# WORK TO BE COMPLETED
When a line of the entries contains the word "amount", report that line.

Start of GIVEN ENTRIES

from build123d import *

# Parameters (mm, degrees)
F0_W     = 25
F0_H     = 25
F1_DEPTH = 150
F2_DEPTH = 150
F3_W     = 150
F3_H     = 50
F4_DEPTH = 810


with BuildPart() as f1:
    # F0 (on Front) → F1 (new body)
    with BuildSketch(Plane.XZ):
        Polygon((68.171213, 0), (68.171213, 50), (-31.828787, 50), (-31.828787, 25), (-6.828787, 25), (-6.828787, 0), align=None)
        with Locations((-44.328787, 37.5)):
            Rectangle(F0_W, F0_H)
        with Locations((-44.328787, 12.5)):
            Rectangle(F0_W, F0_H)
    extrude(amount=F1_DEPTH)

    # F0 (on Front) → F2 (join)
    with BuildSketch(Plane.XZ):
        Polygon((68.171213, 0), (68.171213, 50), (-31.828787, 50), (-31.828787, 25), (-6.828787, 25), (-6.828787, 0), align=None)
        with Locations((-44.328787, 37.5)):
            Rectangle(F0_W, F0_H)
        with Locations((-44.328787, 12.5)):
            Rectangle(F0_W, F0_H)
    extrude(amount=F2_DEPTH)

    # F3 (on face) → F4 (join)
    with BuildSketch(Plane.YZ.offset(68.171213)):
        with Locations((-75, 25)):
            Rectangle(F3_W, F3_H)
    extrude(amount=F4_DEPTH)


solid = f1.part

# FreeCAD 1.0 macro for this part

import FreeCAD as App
import Part
import Sketcher
from FreeCAD import Vector

doc = App.newDocument("Part")
body = doc.addObject("PartDesign::Body", "Body")

# Sketch on XZ plane
sketch1 = body.newObject("Sketcher::SketchObject", "Sketch")
sketch1.AttachmentSupport = (doc.getObject("XZ_Plane"), [""])
sketch1.MapMode = "FlatFace"
sketch1.addGeometry(Part.LineSegment(Vector(68.171213, 0, 0), Vector(68.171213, 50, 0)), False)
sketch1.addGeometry(Part.LineSegment(Vector(68.171213, 50, 0), Vector(-56.828787, 50, 0)), False)
sketch1.addGeometry(Part.LineSegment(Vector(-56.828787, 50, 0), Vector(-56.828787, 0, 0)), False)
sketch1.addGeometry(Part.LineSegment(Vector(-56.828787, 0, 0), Vector(-31.828787, 0, 0)), False)
sketch1.addGeometry(Part.LineSegment(Vector(-31.828787, 0, 0), Vector(-31.828787, 25, 0)), False)
sketch1.addGeometry(Part.LineSegment(Vector(-31.828787, 25, 0), Vector(-6.828787, 25, 0)), False)
sketch1.addGeometry(Part.LineSegment(Vector(-6.828787, 25, 0), Vector(-6.828787, 0, 0)), False)
sketch1.addGeometry(Part.LineSegment(Vector(-6.828787, 0, 0), Vector(68.171213, 0, 0)), False)
sketch1.addConstraint(Sketcher.Constraint("Coincident", 0, 2, 1, 1))
sketch1.addConstraint(Sketcher.Constraint("Coincident", 1, 2, 2, 1))
sketch1.addConstraint(Sketcher.Constraint("Coincident", 2, 2, 3, 1))
sketch1.addConstraint(Sketcher.Constraint("Coincident", 3, 2, 4, 1))
sketch1.addConstraint(Sketcher.Constraint("Coincident", 4, 2, 5, 1))
sketch1.addConstraint(Sketcher.Constraint("Coincident", 5, 2, 6, 1))
sketch1.addConstraint(Sketcher.Constraint("Coincident", 6, 2, 7, 1))
sketch1.addConstraint(Sketcher.Constraint("Coincident", 7, 2, 0, 1))
sketch1.addConstraint(Sketcher.Constraint("Vertical", 0))
sketch1.addConstraint(Sketcher.Constraint("Horizontal", 1))
sketch1.addConstraint(Sketcher.Constraint("Vertical", 2))
sketch1.addConstraint(Sketcher.Constraint("Horizontal", 3))
sketch1.addConstraint(Sketcher.Constraint("Vertical", 4))
sketch1.addConstraint(Sketcher.Constraint("Horizontal", 5))
sketch1.addConstraint(Sketcher.Constraint("Vertical", 6))
sketch1.addConstraint(Sketcher.Constraint("Horizontal", 7))
sketch1.addConstraint(Sketcher.Constraint("PointOnObject", 2, 2, -1))
sketch1.addConstraint(Sketcher.Constraint("PointOnObject", 6, 2, -1))
sketch1.addConstraint(Sketcher.Constraint("Equal", 3, 5))
sketch1.addConstraint(Sketcher.Constraint("Equal", 5, 4))
sketch1.addConstraint(Sketcher.Constraint("DistanceX", 1, 2, 1, 1, 125.0))
sketch1.addConstraint(Sketcher.Constraint("DistanceX", 3, 1, 3, 2, 25.0))
sketch1.addConstraint(Sketcher.Constraint("DistanceY", 0, 1, 0, 2, 50.0))
sketch1.addConstraint(Sketcher.Constraint("DistanceX", -1, 1, 0, 2, 68.171213))
pad1 = body.newObject("PartDesign::Pad", "Pad")
pad1.Profile = sketch1
pad1.Length = 150

# Sketch on XZ plane
sketch2 = body.newObject("Sketcher::SketchObject", "Sketch001")
sketch2.AttachmentSupport = (doc.getObject("XZ_Plane"), [""])
sketch2.MapMode = "FlatFace"
sketch2.addGeometry(Part.LineSegment(Vector(68.171213, 0, 0), Vector(68.171213, 50, 0)), False)
sketch2.addGeometry(Part.LineSegment(Vector(68.171213, 50, 0), Vector(-56.828787, 50, 0)), False)
sketch2.addGeometry(Part.LineSegment(Vector(-56.828787, 50, 0), Vector(-56.828787, 0, 0)), False)
sketch2.addGeometry(Part.LineSegment(Vector(-56.828787, 0, 0), Vector(-31.828787, 0, 0)), False)
sketch2.addGeometry(Part.LineSegment(Vector(-31.828787, 0, 0), Vector(-31.828787, 25, 0)), False)
sketch2.addGeometry(Part.LineSegment(Vector(-31.828787, 25, 0), Vector(-6.828787, 25, 0)), False)
sketch2.addGeometry(Part.LineSegment(Vector(-6.828787, 25, 0), Vector(-6.828787, 0, 0)), False)
sketch2.addGeometry(Part.LineSegment(Vector(-6.828787, 0, 0), Vector(68.171213, 0, 0)), False)
sketch2.addConstraint(Sketcher.Constraint("Coincident", 0, 2, 1, 1))
sketch2.addConstraint(Sketcher.Constraint("Coincident", 1, 2, 2, 1))
sketch2.addConstraint(Sketcher.Constraint("Coincident", 2, 2, 3, 1))
sketch2.addConstraint(Sketcher.Constraint("Coincident", 3, 2, 4, 1))
sketch2.addConstraint(Sketcher.Constraint("Coincident", 4, 2, 5, 1))
sketch2.addConstraint(Sketcher.Constraint("Coincident", 5, 2, 6, 1))
sketch2.addConstraint(Sketcher.Constraint("Coincident", 6, 2, 7, 1))
sketch2.addConstraint(Sketcher.Constraint("Coincident", 7, 2, 0, 1))
sketch2.addConstraint(Sketcher.Constraint("Vertical", 0))
sketch2.addConstraint(Sketcher.Constraint("Horizontal", 1))
sketch2.addConstraint(Sketcher.Constraint("Vertical", 2))
sketch2.addConstraint(Sketcher.Constraint("Horizontal", 3))
sketch2.addConstraint(Sketcher.Constraint("Vertical", 4))
sketch2.addConstraint(Sketcher.Constraint("Horizontal", 5))
sketch2.addConstraint(Sketcher.Constraint("Vertical", 6))
sketch2.addConstraint(Sketcher.Constraint("Horizontal", 7))
sketch2.addConstraint(Sketcher.Constraint("PointOnObject", 2, 2, -1))
sketch2.addConstraint(Sketcher.Constraint("PointOnObject", 6, 2, -1))
sketch2.addConstraint(Sketcher.Constraint("Equal", 3, 5))
sketch2.addConstraint(Sketcher.Constraint("Equal", 5, 4))
sketch2.addConstraint(Sketcher.Constraint("DistanceX", 1, 2, 1, 1, 125.0))
sketch2.addConstraint(Sketcher.Constraint("DistanceX", 3, 1, 3, 2, 25.0))
sketch2.addConstraint(Sketcher.Constraint("DistanceY", 0, 1, 0, 2, 50.0))
sketch2.addConstraint(Sketcher.Constraint("DistanceX", -1, 1, 0, 2, 68.171213))
pad2 = body.newObject("PartDesign::Pad", "Pad001")
pad2.Profile = sketch2
pad2.Length = 150

# Sketch on YZ plane
sketch3 = body.newObject("Sketcher::SketchObject", "Sketch002")
sketch3.AttachmentSupport = (doc.getObject("YZ_Plane"), [""])
sketch3.MapMode = "FlatFace"
sketch3.AttachmentOffset = App.Placement(Vector(0, 0, 68.171213), App.Rotation())
sketch3.addGeometry(Part.LineSegment(Vector(-150, 50, 0), Vector(-150, 0, 0)), False)
sketch3.addGeometry(Part.LineSegment(Vector(-150, 0, 0), Vector(0, 0, 0)), False)
sketch3.addGeometry(Part.LineSegment(Vector(0, 0, 0), Vector(0, 50, 0)), False)
sketch3.addGeometry(Part.LineSegment(Vector(0, 50, 0), Vector(-150, 50, 0)), False)
sketch3.addConstraint(Sketcher.Constraint("Coincident", 0, 2, 1, 1))
sketch3.addConstraint(Sketcher.Constraint("Coincident", 1, 2, 2, 1))
sketch3.addConstraint(Sketcher.Constraint("Coincident", 2, 2, 3, 1))
sketch3.addConstraint(Sketcher.Constraint("Coincident", 3, 2, 0, 1))
sketch3.addConstraint(Sketcher.Constraint("Vertical", 0))
sketch3.addConstraint(Sketcher.Constraint("Horizontal", 1))
sketch3.addConstraint(Sketcher.Constraint("Vertical", 2))
sketch3.addConstraint(Sketcher.Constraint("Horizontal", 3))
sketch3.addConstraint(Sketcher.Constraint("Coincident", 1, 2, -1, 1))
sketch3.addConstraint(Sketcher.Constraint("DistanceX", 1, 1, 1, 2, 150.0))
sketch3.addConstraint(Sketcher.Constraint("DistanceY", 0, 2, 0, 1, 50.0))
pad3 = body.newObject("PartDesign::Pad", "Pad002")
pad3.Profile = sketch3
pad3.Length = 810

doc.recompute()
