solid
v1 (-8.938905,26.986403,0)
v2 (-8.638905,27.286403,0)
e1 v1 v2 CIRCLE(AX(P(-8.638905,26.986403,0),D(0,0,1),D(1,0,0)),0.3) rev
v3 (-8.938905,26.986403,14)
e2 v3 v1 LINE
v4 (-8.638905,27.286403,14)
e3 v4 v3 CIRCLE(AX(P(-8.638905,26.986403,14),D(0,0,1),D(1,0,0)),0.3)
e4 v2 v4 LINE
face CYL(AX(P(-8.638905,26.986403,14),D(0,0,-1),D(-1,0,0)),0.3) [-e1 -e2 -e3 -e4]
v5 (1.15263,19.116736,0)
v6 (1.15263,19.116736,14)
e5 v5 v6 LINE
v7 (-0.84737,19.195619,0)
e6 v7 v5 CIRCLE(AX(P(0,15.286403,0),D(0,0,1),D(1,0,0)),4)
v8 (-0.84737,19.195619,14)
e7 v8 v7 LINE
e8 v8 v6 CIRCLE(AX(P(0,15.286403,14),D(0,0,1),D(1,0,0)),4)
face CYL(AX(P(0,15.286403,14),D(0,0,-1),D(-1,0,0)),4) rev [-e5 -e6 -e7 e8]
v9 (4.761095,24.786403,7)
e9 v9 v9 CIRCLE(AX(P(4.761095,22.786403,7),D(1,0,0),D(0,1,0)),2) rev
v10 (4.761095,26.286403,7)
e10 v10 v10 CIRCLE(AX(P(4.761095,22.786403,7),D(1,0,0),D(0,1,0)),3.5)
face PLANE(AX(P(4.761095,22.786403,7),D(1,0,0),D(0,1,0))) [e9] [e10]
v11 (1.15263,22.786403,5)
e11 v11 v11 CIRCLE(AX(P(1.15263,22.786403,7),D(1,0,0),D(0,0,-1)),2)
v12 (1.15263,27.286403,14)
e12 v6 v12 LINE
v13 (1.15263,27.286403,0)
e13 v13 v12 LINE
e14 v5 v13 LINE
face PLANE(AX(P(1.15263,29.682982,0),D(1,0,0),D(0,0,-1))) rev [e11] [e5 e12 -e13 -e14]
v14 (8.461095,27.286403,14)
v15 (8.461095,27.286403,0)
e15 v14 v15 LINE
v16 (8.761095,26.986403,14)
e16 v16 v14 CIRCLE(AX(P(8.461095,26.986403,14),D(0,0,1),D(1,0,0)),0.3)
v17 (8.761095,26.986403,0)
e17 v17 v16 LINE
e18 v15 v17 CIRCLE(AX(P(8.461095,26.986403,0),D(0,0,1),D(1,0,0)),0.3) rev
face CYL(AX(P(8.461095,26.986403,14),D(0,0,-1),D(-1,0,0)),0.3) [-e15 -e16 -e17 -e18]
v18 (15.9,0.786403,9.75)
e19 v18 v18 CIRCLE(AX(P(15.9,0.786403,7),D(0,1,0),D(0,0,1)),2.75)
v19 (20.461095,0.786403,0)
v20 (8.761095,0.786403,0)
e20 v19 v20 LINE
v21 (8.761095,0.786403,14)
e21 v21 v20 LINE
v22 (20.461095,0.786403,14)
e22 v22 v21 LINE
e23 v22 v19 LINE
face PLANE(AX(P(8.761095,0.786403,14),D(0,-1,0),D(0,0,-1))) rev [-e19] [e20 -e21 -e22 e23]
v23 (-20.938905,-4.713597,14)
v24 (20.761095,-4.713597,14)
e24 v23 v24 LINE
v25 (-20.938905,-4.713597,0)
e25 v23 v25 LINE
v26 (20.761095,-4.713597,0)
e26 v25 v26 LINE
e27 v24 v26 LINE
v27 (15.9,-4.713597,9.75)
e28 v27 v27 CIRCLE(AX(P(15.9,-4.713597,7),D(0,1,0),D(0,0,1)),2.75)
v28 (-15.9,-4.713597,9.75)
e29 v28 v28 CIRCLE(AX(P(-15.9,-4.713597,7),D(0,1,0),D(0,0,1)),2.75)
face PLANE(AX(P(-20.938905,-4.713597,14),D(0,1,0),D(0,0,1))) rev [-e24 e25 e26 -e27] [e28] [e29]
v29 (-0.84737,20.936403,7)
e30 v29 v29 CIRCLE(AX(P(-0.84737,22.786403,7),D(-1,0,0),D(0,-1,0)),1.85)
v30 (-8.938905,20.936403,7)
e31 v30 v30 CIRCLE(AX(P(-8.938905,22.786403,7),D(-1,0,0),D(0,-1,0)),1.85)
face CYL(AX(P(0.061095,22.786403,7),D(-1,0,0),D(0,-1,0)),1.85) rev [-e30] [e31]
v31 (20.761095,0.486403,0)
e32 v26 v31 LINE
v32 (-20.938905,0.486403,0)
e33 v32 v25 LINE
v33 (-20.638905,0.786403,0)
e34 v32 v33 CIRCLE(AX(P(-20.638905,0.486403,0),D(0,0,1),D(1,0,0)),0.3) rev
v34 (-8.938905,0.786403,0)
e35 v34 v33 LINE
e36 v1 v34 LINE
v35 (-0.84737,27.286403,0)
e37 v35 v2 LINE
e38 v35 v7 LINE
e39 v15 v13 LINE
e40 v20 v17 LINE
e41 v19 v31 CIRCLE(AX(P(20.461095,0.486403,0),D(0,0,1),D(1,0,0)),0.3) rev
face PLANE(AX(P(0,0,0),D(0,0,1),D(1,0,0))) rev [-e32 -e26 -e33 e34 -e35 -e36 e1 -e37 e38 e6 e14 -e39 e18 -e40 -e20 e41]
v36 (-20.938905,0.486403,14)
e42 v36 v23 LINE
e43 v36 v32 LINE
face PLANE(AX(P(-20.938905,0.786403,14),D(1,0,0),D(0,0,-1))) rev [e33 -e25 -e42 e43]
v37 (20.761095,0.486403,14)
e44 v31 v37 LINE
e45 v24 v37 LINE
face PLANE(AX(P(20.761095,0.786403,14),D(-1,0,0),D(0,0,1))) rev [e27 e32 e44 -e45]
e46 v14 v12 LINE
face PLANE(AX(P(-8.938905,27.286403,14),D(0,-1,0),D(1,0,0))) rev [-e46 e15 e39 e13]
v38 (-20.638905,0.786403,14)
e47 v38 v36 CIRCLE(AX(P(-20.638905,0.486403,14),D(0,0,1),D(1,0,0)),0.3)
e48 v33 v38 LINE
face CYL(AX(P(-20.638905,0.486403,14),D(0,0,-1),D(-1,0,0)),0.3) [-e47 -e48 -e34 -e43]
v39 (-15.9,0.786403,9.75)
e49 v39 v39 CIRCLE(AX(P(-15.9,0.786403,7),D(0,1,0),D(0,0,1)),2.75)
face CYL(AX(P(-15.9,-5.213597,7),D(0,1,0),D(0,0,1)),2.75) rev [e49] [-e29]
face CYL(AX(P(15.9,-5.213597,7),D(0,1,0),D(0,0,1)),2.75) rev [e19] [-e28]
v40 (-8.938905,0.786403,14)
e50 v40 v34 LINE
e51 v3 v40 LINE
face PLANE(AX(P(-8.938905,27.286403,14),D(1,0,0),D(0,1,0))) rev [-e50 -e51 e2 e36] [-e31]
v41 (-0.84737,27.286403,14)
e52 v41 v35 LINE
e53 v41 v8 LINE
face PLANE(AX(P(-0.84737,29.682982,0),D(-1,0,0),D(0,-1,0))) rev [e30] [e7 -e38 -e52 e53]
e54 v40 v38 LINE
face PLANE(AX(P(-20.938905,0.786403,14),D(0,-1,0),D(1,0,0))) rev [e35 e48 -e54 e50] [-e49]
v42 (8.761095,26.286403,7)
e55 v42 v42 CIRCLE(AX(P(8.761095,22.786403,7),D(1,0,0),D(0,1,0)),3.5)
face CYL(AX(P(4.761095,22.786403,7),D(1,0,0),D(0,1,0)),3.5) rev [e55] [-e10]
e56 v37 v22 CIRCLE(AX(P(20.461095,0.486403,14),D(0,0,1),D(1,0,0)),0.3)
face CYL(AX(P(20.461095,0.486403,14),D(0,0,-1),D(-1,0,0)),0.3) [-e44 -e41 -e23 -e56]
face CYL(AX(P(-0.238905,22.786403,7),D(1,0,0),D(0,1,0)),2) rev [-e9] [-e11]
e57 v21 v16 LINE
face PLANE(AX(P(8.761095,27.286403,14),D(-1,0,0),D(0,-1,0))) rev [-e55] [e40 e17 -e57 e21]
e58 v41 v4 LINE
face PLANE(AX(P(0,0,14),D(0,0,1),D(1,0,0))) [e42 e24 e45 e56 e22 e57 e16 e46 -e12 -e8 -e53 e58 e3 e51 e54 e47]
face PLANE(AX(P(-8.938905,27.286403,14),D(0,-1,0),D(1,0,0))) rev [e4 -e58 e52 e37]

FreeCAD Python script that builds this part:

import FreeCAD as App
import Part
import Sketcher
from FreeCAD import Vector


def edges_at(feature, points):
    """Names of the edges that pass closest to the given points."""
    edges = feature.Shape.Edges
    near = lambda p: min(range(len(edges)), key=lambda i: edges[i].distToShape(Part.Vertex(*p))[0])
    return sorted({f"Edge{near(p) + 1}" for p in points})

doc = App.newDocument("Part")
params = doc.addObject("Spreadsheet::Sheet", "Params")
for row, (alias, value) in enumerate([
    ("sketch1_diameter", "8 mm"),
    ("sketch1_width", "12 mm"),
    ("sketch1_width2", "41.7 mm"),
    ("sketch1_height", "5.5 mm"),
    ("sketch1_height2", "26.5 mm"),
    ("pad1_length", "14 mm"),
    ("sketch2_diameter", "5.5 mm"),
    ("pocket1_length", "6 mm"),
    ("sketch3_width", "2 mm"),
    ("pocket2_length", "14 mm"),
    ("sketch4_diameter", "4 mm"),
    ("pocket3_length", "9 mm"),
    ("sketch5_diameter", "7 mm"),
    ("pocket4_length", "4 mm"),
    ("sketch6_diameter", "3.7 mm"),
    ("pocket5_length", "9 mm"),
    ("fillet_radius", "0.3 mm"),
], start=1):
    params.set(f"A{row}", alias)
    params.set(f"B{row}", "=" + value)
    params.setAlias(f"B{row}", alias)

body = doc.addObject("PartDesign::Body", "Body")

sketch1 = doc.addObject("Sketcher::SketchObject", "Sketch")
body.addObject(sketch1)
sketch1.AttachmentSupport = (doc.XY_Plane, [""])
sketch1.MapMode = "FlatFace"
sketch1.addGeometry(Part.LineSegment(Vector(-8.9, 0.8, 0), Vector(-20.9, 0.8, 0)), False)
sketch1.addGeometry(Part.LineSegment(Vector(-20.9, 0.8, 0), Vector(-20.9, -4.7, 0)), False)
sketch1.addGeometry(Part.LineSegment(Vector(-20.9, -4.7, 0), Vector(20.8, -4.7, 0)), False)
sketch1.addGeometry(Part.LineSegment(Vector(20.8, -4.7, 0), Vector(20.8, 0.8, 0)), False)
sketch1.addGeometry(Part.LineSegment(Vector(20.8, 0.8, 0), Vector(8.8, 0.8, 0)), False)
sketch1.addGeometry(Part.LineSegment(Vector(8.8, 0.8, 0), Vector(8.8, 27.3, 0)), False)
sketch1.addGeometry(Part.LineSegment(Vector(8.8, 27.3, 0), Vector(-8.9, 27.3, 0)), False)
sketch1.addGeometry(Part.LineSegment(Vector(-8.9, 27.3, 0), Vector(-8.9, 0.8, 0)), False)
sketch1.addGeometry(Part.Circle(Vector(0, 15.3, 0), Vector(0, 0, 1), 4), False)
sketch1.addConstraint(Sketcher.Constraint("Coincident", 0, 2, 1, 1))
sketch1.addConstraint(Sketcher.Constraint("Coincident", 1, 2, 2, 1))
sketch1.addConstraint(Sketcher.Constraint("Coincident", 2, 2, 3, 1))
sketch1.addConstraint(Sketcher.Constraint("Coincident", 3, 2, 4, 1))
sketch1.addConstraint(Sketcher.Constraint("Coincident", 4, 2, 5, 1))
sketch1.addConstraint(Sketcher.Constraint("Coincident", 5, 2, 6, 1))
sketch1.addConstraint(Sketcher.Constraint("Coincident", 6, 2, 7, 1))
sketch1.addConstraint(Sketcher.Constraint("Coincident", 7, 2, 0, 1))
sketch1.addConstraint(Sketcher.Constraint("Horizontal", 0))
sketch1.addConstraint(Sketcher.Constraint("Vertical", 1))
sketch1.addConstraint(Sketcher.Constraint("Horizontal", 2))
sketch1.addConstraint(Sketcher.Constraint("Vertical", 3))
sketch1.addConstraint(Sketcher.Constraint("Horizontal", 4))
sketch1.addConstraint(Sketcher.Constraint("Vertical", 5))
sketch1.addConstraint(Sketcher.Constraint("Horizontal", 6))
sketch1.addConstraint(Sketcher.Constraint("Vertical", 7))
sketch1.addConstraint(Sketcher.Constraint("PointOnObject", 8, 3, -2))
sketch1.addConstraint(Sketcher.Constraint("Horizontal", 0, 2, 3, 2))
sketch1.addConstraint(Sketcher.Constraint("Equal", 0, 4))
sketch1.addConstraint(Sketcher.Constraint("Diameter", 8, 8.0))
sketch1.addConstraint(Sketcher.Constraint("DistanceX", 0, 2, 0, 1, 12.0))
sketch1.addConstraint(Sketcher.Constraint("DistanceX", 2, 1, 2, 2, 41.7))
sketch1.addConstraint(Sketcher.Constraint("DistanceY", 1, 2, 1, 1, 5.5))
sketch1.addConstraint(Sketcher.Constraint("DistanceY", 5, 1, 5, 2, 26.5))
sketch1.addConstraint(Sketcher.Constraint("DistanceY", 1, 2, 8, 3, 20.0))
sketch1.addConstraint(Sketcher.Constraint("DistanceY", -1, 1, 8, 3, 15.286403))
sketch1.addConstraint(Sketcher.Constraint("DistanceX", 0, 2, -1, 1, 20.938905))
sketch1.setExpression("Constraints[19]", "Params.sketch1_diameter")
sketch1.setExpression("Constraints[20]", "Params.sketch1_width")
sketch1.setExpression("Constraints[21]", "Params.sketch1_width2")
sketch1.setExpression("Constraints[22]", "Params.sketch1_height")
sketch1.setExpression("Constraints[23]", "Params.sketch1_height2")
pad1 = doc.addObject("PartDesign::Pad", "Pad")
body.addObject(pad1)
pad1.Profile = sketch1
pad1.setExpression("Length", "Params.pad1_length")

sketch2 = doc.addObject("Sketcher::SketchObject", "Sketch001")
body.addObject(sketch2)
sketch2.AttachmentSupport = (doc.XZ_Plane, [""])
sketch2.MapMode = "FlatFace"
sketch2.AttachmentOffset = App.Placement(Vector(0, 0, -0.786403), App.Rotation())
sketch2.addGeometry(Part.Circle(Vector(-15.9, 7, 0), Vector(0, 0, 1), 2.8), False)
sketch2.addGeometry(Part.Circle(Vector(15.9, 7, 0), Vector(0, 0, 1), 2.8), False)
sketch2.addConstraint(Sketcher.Constraint("Equal", 0, 1))
sketch2.addConstraint(Sketcher.Constraint("Symmetric", 0, 3, 1, 3, -2))
sketch2.addConstraint(Sketcher.Constraint("Diameter", 0, 5.5))
sketch2.addConstraint(Sketcher.Constraint("DistanceY", -1, 1, 0, 3, 7.0))
sketch2.addConstraint(Sketcher.Constraint("DistanceX", 0, 3, -1, 1, 15.9))
sketch2.setExpression("Constraints[2]", "Params.sketch2_diameter")
pocket1 = doc.addObject("PartDesign::Pocket", "Pocket")
body.addObject(pocket1)
pocket1.Profile = sketch2
pocket1.setExpression("Length", "Params.pocket1_length")
pocket1.Reversed = True

sketch3 = doc.addObject("Sketcher::SketchObject", "Sketch002")
body.addObject(sketch3)
sketch3.AttachmentSupport = (doc.XY_Plane, [""])
sketch3.MapMode = "FlatFace"
sketch3.AttachmentOffset = App.Placement(Vector(0, 0, 14), App.Rotation())
sketch3.addGeometry(Part.LineSegment(Vector(-0.8, 29.7, 0), Vector(-0.8, 18.1, 0)), False)
sketch3.addGeometry(Part.LineSegment(Vector(-0.8, 18.1, 0), Vector(1.2, 18.1, 0)), False)
sketch3.addGeometry(Part.LineSegment(Vector(1.2, 18.1, 0), Vector(1.2, 29.7, 0)), False)
sketch3.addGeometry(Part.LineSegment(Vector(1.2, 29.7, 0), Vector(-0.8, 29.7, 0)), False)
sketch3.addConstraint(Sketcher.Constraint("Coincident", 0, 2, 1, 1))
sketch3.addConstraint(Sketcher.Constraint("Coincident", 1, 2, 2, 1))
sketch3.addConstraint(Sketcher.Constraint("Coincident", 2, 2, 3, 1))
sketch3.addConstraint(Sketcher.Constraint("Coincident", 3, 2, 0, 1))
sketch3.addConstraint(Sketcher.Constraint("Vertical", 0))
sketch3.addConstraint(Sketcher.Constraint("Horizontal", 1))
sketch3.addConstraint(Sketcher.Constraint("Vertical", 2))
sketch3.addConstraint(Sketcher.Constraint("Horizontal", 3))
sketch3.addConstraint(Sketcher.Constraint("DistanceX", 1, 1, 1, 2, 2.0))
sketch3.addConstraint(Sketcher.Constraint("DistanceY", 0, 2, 0, 1, 11.620769))
sketch3.addConstraint(Sketcher.Constraint("DistanceX", 0, 2, -1, 1, 0.84737))
sketch3.addConstraint(Sketcher.Constraint("DistanceY", -1, 1, 2, 2, 29.682982))
sketch3.setExpression("Constraints[8]", "Params.sketch3_width")
pocket2 = doc.addObject("PartDesign::Pocket", "Pocket001")
body.addObject(pocket2)
pocket2.Profile = sketch3
pocket2.setExpression("Length", "Params.pocket2_length")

End of GIVEN ENTRIES

# PROBLEM SOLUTION
    extrude(amount=F1_DEPTH)
    extrude(amount=F2_DEPTH)
    extrude(amount=F4_DEPTH)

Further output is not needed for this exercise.